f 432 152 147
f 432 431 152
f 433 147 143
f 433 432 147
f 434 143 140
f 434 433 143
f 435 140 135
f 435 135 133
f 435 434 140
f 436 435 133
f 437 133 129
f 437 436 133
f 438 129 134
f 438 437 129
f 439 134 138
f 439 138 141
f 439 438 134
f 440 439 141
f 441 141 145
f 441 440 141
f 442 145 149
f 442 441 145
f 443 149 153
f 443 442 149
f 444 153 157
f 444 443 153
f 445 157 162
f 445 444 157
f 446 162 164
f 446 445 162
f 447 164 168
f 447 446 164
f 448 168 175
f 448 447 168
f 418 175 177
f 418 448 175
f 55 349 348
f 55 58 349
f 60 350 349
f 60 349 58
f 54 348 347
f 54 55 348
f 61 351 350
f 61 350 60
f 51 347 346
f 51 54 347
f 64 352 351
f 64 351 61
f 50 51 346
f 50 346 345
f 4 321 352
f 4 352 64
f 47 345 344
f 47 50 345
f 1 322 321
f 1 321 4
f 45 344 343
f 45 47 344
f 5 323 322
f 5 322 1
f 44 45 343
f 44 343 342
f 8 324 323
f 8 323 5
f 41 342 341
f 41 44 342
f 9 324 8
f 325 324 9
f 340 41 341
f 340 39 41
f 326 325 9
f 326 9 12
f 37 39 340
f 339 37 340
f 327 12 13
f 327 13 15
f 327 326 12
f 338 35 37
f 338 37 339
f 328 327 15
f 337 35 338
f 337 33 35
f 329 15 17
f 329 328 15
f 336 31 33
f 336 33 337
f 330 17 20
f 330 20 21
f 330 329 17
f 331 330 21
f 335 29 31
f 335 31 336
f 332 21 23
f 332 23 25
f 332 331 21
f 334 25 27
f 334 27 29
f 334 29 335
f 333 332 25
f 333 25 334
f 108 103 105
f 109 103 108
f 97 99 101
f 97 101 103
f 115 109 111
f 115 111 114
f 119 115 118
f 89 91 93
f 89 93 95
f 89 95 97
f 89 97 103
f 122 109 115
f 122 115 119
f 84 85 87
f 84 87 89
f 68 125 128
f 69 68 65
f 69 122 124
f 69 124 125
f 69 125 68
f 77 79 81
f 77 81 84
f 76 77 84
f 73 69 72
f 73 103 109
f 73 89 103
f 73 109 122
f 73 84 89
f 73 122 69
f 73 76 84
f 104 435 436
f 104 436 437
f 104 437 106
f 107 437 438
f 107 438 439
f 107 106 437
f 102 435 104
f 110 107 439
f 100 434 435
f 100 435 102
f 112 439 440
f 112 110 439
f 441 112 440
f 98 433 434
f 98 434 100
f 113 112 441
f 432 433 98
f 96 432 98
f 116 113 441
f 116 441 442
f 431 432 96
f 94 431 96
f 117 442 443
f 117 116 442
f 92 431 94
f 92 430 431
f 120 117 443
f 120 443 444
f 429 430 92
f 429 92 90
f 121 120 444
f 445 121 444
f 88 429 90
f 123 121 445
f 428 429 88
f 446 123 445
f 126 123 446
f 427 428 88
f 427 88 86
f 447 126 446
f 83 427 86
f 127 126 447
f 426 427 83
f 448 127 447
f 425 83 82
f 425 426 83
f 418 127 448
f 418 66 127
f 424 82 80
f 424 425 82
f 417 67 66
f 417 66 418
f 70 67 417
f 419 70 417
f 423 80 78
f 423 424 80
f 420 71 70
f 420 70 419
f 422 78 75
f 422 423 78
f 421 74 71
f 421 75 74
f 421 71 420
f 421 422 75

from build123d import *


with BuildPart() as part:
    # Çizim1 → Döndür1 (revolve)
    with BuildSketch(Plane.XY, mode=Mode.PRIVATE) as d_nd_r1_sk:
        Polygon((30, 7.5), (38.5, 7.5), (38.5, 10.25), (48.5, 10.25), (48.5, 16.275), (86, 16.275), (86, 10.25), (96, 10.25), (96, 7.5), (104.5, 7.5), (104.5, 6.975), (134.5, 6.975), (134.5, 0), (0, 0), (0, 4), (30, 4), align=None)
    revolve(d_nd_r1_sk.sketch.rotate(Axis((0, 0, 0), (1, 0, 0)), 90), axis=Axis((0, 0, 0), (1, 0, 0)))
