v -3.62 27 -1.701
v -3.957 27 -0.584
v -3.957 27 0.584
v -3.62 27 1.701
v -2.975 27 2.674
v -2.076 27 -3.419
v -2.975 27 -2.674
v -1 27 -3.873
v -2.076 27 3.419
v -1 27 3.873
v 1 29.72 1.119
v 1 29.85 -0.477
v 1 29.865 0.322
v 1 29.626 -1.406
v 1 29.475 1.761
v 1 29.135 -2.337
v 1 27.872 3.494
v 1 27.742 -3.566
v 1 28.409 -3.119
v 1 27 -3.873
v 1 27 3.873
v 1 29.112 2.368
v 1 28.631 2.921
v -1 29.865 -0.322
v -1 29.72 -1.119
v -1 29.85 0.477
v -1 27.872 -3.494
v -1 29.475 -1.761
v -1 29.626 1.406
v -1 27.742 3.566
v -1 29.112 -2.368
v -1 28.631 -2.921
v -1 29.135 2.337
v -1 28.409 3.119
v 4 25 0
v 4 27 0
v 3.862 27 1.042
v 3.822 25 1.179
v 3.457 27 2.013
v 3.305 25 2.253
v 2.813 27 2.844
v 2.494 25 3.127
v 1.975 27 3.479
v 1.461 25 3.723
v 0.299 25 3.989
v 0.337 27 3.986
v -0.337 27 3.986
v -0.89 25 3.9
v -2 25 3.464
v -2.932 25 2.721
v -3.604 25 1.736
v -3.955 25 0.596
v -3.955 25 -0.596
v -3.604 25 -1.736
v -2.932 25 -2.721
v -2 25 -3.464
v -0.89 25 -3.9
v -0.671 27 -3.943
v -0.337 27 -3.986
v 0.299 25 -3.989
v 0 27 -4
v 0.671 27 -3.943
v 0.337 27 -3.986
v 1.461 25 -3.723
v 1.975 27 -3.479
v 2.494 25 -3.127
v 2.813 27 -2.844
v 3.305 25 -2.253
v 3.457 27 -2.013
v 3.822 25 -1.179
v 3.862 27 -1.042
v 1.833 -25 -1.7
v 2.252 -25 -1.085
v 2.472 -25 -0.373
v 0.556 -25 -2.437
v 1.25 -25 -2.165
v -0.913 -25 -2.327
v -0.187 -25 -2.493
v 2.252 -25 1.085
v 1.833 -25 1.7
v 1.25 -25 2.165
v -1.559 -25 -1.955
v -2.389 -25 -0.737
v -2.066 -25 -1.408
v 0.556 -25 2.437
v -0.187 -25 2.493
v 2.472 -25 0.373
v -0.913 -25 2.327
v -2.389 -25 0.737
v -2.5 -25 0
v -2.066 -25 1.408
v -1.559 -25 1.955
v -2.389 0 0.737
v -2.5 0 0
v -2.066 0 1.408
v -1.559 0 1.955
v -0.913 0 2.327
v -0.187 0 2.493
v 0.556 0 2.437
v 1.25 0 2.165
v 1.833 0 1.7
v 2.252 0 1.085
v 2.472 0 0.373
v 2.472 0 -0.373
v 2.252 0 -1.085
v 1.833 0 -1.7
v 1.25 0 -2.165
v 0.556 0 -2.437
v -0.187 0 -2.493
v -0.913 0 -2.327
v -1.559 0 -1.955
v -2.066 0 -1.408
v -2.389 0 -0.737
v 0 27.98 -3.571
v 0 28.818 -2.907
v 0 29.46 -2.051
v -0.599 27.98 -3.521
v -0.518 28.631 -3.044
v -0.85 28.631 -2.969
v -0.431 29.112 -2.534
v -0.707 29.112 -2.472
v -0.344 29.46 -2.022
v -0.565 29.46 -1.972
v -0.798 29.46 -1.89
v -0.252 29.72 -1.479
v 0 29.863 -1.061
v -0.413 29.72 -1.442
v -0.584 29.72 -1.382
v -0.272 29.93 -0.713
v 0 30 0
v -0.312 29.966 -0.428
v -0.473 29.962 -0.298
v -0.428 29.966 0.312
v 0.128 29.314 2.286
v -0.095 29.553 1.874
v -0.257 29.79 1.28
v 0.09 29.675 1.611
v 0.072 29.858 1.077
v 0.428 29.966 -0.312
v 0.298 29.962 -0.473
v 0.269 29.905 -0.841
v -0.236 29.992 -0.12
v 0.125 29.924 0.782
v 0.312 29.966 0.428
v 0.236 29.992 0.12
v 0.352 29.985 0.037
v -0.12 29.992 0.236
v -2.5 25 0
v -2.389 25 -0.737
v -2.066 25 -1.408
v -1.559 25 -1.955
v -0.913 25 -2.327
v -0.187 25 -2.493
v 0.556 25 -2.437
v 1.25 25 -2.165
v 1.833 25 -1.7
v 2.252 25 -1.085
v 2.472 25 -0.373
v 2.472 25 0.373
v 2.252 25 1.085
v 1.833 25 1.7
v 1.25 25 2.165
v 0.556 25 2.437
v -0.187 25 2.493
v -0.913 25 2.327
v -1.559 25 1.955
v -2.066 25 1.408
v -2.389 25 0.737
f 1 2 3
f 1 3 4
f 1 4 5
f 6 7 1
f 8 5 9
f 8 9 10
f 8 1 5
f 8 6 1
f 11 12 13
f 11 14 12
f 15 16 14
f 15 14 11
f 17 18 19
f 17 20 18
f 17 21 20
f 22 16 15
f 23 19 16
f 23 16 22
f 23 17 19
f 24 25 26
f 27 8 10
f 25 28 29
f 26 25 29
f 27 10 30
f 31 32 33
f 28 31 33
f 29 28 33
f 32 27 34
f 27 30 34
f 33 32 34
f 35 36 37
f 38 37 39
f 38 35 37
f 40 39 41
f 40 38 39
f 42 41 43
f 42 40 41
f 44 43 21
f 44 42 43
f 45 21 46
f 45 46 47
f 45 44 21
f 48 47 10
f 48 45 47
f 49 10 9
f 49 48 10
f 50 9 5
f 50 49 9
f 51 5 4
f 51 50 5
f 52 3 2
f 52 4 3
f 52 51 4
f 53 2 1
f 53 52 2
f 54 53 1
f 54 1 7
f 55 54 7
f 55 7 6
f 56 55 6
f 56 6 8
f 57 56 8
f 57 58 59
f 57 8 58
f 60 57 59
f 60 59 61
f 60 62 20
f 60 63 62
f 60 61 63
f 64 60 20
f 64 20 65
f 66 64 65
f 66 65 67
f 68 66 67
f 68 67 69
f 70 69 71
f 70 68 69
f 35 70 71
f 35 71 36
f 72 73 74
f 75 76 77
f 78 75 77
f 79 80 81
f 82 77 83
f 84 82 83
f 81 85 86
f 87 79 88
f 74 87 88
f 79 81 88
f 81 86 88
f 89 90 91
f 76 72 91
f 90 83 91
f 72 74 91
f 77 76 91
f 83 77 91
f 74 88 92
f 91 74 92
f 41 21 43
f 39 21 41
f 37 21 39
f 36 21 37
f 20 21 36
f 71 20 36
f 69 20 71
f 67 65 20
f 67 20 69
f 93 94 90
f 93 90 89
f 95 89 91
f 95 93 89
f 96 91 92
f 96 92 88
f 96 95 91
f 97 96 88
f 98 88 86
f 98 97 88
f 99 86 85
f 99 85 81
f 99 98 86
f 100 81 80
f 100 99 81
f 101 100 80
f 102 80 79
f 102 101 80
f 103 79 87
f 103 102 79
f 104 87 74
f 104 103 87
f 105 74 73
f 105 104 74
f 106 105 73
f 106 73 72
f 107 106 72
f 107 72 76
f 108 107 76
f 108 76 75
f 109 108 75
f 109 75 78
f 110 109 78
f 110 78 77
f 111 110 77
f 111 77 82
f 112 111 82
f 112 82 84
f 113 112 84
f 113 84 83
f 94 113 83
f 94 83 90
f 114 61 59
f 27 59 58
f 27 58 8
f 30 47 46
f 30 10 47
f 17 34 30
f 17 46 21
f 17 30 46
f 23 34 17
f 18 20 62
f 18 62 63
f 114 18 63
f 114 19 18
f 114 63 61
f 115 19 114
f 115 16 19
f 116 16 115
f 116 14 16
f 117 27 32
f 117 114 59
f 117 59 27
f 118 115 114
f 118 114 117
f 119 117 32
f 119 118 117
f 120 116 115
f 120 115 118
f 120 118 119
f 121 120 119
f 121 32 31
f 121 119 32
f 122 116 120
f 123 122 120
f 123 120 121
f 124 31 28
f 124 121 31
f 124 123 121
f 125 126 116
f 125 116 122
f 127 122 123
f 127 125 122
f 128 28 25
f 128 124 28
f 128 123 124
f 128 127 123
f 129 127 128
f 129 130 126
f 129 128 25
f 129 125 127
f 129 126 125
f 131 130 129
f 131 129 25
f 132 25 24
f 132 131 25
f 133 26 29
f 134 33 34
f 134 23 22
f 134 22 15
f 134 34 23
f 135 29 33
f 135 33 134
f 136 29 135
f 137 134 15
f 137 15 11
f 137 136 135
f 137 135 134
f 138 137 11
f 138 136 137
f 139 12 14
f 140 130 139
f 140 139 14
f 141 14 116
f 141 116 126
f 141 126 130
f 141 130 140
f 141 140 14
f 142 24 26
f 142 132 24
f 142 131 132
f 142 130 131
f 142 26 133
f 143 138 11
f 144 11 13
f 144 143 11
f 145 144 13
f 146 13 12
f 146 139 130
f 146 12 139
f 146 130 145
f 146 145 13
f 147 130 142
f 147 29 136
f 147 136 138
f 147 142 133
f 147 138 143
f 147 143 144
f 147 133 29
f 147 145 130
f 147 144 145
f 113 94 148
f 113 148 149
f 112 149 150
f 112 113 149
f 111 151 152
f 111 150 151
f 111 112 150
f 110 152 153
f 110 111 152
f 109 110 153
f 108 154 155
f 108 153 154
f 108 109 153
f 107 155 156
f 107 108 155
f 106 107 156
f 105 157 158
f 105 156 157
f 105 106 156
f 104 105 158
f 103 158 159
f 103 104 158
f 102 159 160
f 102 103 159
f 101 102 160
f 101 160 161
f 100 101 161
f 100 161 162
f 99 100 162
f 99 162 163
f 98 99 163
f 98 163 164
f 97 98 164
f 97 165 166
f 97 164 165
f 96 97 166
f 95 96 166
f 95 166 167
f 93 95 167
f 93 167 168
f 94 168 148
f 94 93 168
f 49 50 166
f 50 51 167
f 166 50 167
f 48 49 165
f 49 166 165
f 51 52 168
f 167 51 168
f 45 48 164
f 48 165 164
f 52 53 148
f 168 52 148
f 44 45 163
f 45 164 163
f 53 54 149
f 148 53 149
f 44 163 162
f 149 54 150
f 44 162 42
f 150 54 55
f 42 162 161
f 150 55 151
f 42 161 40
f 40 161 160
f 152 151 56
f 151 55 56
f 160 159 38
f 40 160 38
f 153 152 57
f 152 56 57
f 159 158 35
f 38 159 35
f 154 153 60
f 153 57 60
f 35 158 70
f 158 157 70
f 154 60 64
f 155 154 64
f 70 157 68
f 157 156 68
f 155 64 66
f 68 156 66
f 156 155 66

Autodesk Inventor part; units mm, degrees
ref_plane "YZ Plane" through (0, 0, 0) normal (1, 0, 0) x (0, 1, 0)
ref_plane "XZ Plane" through (0, 0, 0) normal (0, 1, 0) x (-1, 0, 0)
ref_plane "XY Plane" through (0, 0, 0) normal (0, 0, 1) x (1, 0, 0)
sketch "Sketch1" plane through (0, 0, 0) normal (0, 1, 0) x (-1, 0, 0)
  circle A0 centre (0, 0) radius 2.5
  dimension "d0" = 5
extrude "Extrusion1" add sketch "Sketch1" along normal mid plane 50
sketch "Sketch9" plane through (0, 25, 0) normal (0, 1, 0) x (1, 0, 0)
  circle A0 centre (0, 0) radius 4
  dimension "d56" = 8
extrude "Extrusion2" add sketch "Sketch9" along normal blind 2
sketch "Sketch10" plane through (0, 0, 0) normal (1, 0, 0) x (0, 1, 0)
  line L0 (27, 4) -> (30, 4)
  line L1 (30, 4) -> (30, -4)
  line L2 (30, -4) -> (27, -4)
  line L3 (27, -4) -> (27, 4)
  line L4 (27, -4) -> (27, 4) projected
  point P0 (0, 0)
  point P1 (27, 0)
  point P2 (30, 0)
  dimension "d59" = 8
  dimension "d60" = 3
extrude "Extrusion3" add sketch "Sketch10" along normal mid plane 2
sketch "Sketch11" plane through (0, 0, 0) normal (1, 0, 0) x (0, 1, 0)
  line L0 (32, 0) -> (32, -5)
  line L1 (27, -4) -> (27, -5)
  line L2 (27, -5) -> (32, -5)
  line L3 (30, 4) -> (30, -4) projected
  line L4 (32, 0) -> (30, 0)
  line L5 (-36.2, 0) -> (42.2, 0) projected
  line L6 (30, -4) -> (27, -4) projected
  arc A0 (27, -4) -> (30, 0) centre (25.8333, 0) ccw
  point P0 (0, 0)
  point P1 (27, 4)
  point P2 (31, 0)
  point P3 (27, -3.873)
  dimension "d65" = 5
  dimension "d68" = 2
revolve "Revolution5" cut sketch "Sketch11" angle 360 about axis through (0, -10, 0) along (0, 1, 0)
thread "Thread4" size "M5x0.8" class "6g" standard "ANSI Metric M Profile" length 40
equation "\"d23\" = 55deg"
equation "\"Sketch3_Pitch\" = 0.8"
equation "\"d44\" = 55deg"
equation "\"Sketch6_Pitch\" = 1.27"
properties part number "LeadScrew"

TASK BRIEF —
Copy verbatim, from the listing above, each line from the one containing "v 2.472 -25 0.373" down to the one containing "v 2.472 0 0.373", inclusive.

RESPONSE TO THE TASK —
v 2.472 -25 0.373
v -0.913 -25 2.327
v -2.389 -25 0.737
v -2.5 -25 0
v -2.066 -25 1.408
v -1.559 -25 1.955
v -2.389 0 0.737
v -2.5 0 0
v -2.066 0 1.408
v -1.559 0 1.955
v -0.913 0 2.327
v -0.187 0 2.493
v 0.556 0 2.437
v 1.25 0 2.165
v 1.833 0 1.7
v 2.252 0 1.085
v 2.472 0 0.373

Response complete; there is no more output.